What the task asks: Copy the lines below verbatim. Begin with the first and end with the line containing "v 3.3654 4 -0.4839".

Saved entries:
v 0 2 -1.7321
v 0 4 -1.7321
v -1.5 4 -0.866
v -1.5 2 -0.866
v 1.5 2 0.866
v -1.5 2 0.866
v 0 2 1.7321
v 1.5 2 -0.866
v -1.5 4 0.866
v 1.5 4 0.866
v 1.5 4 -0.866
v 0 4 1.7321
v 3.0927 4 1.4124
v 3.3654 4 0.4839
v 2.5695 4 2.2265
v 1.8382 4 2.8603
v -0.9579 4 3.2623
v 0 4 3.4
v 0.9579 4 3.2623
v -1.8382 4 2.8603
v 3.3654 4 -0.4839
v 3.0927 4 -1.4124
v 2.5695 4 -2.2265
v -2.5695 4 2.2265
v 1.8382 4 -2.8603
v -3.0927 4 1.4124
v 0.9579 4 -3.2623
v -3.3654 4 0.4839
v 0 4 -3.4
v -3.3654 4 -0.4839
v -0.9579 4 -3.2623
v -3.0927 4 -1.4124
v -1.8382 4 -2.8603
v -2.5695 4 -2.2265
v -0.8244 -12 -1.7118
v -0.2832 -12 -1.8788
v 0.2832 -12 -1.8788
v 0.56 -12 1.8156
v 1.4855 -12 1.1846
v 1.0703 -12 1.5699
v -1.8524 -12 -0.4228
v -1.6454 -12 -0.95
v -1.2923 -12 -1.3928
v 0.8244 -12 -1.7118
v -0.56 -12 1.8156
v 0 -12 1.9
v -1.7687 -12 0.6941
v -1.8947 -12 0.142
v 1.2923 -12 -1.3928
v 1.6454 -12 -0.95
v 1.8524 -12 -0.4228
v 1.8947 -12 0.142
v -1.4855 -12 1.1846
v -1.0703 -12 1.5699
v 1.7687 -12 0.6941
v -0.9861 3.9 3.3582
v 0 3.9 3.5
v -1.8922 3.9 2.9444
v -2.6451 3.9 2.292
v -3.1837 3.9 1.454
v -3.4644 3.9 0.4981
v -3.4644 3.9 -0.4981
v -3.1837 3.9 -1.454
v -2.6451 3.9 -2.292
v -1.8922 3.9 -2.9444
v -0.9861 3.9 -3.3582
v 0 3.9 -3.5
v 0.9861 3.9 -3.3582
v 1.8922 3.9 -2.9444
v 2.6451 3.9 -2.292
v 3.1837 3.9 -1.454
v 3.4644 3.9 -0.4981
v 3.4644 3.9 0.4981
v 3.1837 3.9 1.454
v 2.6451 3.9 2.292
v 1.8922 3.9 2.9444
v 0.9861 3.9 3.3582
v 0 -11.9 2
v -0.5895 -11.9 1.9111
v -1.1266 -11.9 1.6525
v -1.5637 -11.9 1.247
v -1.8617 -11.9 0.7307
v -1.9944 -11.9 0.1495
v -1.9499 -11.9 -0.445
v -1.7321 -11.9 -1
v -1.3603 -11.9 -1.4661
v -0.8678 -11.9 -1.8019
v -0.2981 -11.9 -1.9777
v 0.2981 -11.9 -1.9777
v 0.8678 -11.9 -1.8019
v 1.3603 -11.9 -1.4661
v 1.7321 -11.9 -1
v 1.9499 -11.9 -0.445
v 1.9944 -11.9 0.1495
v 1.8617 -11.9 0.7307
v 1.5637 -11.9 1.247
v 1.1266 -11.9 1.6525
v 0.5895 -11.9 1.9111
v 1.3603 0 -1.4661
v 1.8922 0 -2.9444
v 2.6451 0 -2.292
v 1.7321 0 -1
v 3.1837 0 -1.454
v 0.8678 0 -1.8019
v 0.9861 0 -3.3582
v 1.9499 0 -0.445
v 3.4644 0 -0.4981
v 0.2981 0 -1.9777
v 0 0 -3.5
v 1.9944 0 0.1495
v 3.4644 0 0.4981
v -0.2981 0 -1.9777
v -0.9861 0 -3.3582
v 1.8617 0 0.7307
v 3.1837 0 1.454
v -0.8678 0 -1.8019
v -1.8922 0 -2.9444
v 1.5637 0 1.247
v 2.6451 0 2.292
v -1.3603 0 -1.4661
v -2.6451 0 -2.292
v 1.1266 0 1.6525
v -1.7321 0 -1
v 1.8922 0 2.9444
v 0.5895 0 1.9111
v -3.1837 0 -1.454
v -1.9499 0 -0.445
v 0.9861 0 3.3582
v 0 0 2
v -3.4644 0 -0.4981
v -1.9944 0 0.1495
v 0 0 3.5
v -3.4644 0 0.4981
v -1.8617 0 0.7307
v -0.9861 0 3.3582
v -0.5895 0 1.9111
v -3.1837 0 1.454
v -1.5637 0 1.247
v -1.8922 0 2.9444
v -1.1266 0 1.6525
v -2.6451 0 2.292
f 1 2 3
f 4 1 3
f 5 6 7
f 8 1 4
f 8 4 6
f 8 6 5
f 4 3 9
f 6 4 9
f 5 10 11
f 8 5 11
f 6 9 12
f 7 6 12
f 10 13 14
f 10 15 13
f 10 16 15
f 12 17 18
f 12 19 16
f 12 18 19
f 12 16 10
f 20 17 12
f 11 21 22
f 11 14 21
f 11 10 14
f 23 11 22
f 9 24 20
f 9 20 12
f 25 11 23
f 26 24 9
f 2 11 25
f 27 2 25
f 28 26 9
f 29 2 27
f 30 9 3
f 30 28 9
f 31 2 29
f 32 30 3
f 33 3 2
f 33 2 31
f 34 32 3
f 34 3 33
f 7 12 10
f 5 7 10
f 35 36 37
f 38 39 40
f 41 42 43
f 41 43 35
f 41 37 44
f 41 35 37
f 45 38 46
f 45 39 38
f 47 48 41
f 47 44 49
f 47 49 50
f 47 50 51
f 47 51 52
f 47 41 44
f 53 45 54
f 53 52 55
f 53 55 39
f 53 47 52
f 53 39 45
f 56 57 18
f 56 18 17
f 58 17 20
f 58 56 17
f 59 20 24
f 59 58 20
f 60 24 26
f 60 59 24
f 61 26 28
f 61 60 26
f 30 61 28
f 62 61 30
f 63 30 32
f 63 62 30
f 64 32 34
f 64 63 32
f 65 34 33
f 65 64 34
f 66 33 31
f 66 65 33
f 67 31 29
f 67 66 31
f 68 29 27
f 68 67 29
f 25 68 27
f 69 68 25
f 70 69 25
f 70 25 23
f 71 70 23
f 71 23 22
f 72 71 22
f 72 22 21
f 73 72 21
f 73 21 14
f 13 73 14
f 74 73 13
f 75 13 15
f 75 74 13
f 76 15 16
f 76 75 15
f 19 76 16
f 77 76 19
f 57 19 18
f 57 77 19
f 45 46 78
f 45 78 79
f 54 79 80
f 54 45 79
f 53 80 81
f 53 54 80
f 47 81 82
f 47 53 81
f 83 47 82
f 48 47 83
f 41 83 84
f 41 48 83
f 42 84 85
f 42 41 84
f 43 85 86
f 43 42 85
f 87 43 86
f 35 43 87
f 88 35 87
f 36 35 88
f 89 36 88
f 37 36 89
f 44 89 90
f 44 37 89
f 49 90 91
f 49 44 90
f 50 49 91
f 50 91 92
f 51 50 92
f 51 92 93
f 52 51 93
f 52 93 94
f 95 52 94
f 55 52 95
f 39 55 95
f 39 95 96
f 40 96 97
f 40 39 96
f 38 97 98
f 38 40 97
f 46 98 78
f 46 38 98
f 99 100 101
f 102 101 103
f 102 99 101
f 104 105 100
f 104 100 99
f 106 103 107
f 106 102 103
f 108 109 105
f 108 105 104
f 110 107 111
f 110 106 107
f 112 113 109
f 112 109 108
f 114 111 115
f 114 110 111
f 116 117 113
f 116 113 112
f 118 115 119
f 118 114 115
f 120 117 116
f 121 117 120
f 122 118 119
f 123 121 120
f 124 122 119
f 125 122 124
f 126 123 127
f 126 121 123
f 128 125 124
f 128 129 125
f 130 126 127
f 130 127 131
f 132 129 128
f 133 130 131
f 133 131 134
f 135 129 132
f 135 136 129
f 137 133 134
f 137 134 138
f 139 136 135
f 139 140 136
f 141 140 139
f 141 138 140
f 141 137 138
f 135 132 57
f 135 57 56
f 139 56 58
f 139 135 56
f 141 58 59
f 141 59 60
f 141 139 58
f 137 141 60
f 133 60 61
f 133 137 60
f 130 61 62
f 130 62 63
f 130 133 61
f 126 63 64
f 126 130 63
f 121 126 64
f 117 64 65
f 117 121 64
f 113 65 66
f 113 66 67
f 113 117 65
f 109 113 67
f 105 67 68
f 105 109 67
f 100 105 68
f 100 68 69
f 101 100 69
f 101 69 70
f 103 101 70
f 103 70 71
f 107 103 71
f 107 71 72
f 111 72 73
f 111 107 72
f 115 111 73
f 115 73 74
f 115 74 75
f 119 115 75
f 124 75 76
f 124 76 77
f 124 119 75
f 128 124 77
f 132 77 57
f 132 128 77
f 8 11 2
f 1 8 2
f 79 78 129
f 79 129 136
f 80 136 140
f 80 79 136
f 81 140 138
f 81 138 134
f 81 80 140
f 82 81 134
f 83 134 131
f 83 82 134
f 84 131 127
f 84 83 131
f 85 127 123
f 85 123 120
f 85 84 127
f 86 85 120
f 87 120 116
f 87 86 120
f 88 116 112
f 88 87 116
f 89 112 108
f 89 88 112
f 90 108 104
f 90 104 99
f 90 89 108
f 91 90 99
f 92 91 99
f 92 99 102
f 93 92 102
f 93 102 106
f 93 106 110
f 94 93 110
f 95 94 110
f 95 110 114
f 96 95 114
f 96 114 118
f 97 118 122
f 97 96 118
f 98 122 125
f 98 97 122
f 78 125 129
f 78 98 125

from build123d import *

# Parameters (mm, degrees)
SMUSSO1_SIZE             = 0.1
TAGLIO_ESTRUSIONE1_DEPTH = 2


with BuildPart() as part:
    # Schizzo1 → Rivoluzione1 (revolve)
    with BuildSketch(Plane.XY, mode=Mode.PRIVATE) as rivoluzione1_sk:
        Polygon((0, 0), (0, 4), (3.5, 4), (3.5, 0), (2, 0), (2, -12), (0, -12), align=None)
    revolve(rivoluzione1_sk.sketch.rotate(Axis((0, 28.388481997, 0), (0, -1, 0)), 90), axis=Axis((0, 28.388481997, 0), (0, -1, 0)))

    # Smusso1
    smusso1_edges = [part.edges().sort_by_distance(p)[0] for p in [
        (0, -12, -2),
        (0, 4, -3.5),
    ]]
    chamfer(smusso1_edges, length=SMUSSO1_SIZE)

    # Schizzo2 → Taglio-Estrusione1 (cut)
    with BuildSketch(Plane(origin=(0, 4, 0), x_dir=(1, 0, 0), z_dir=(0, 1, 0))):
        Polygon((0, 1.732050808), (-1.5, 0.866025404), (-1.5, -0.866025404), (0, -1.732050808), (1.5, -0.866025404), (1.5, 0.866025404), align=None)
    extrude(amount=-TAGLIO_ESTRUSIONE1_DEPTH, mode=Mode.SUBTRACT)


solid = part.part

Result of this task:
v 0 2 -1.7321
v 0 4 -1.7321
v -1.5 4 -0.866
v -1.5 2 -0.866
v 1.5 2 0.866
v -1.5 2 0.866
v 0 2 1.7321
v 1.5 2 -0.866
v -1.5 4 0.866
v 1.5 4 0.866
v 1.5 4 -0.866
v 0 4 1.7321
v 3.0927 4 1.4124
v 3.3654 4 0.4839
v 2.5695 4 2.2265
v 1.8382 4 2.8603
v -0.9579 4 3.2623
v 0 4 3.4
v 0.9579 4 3.2623
v -1.8382 4 2.8603
v 3.3654 4 -0.4839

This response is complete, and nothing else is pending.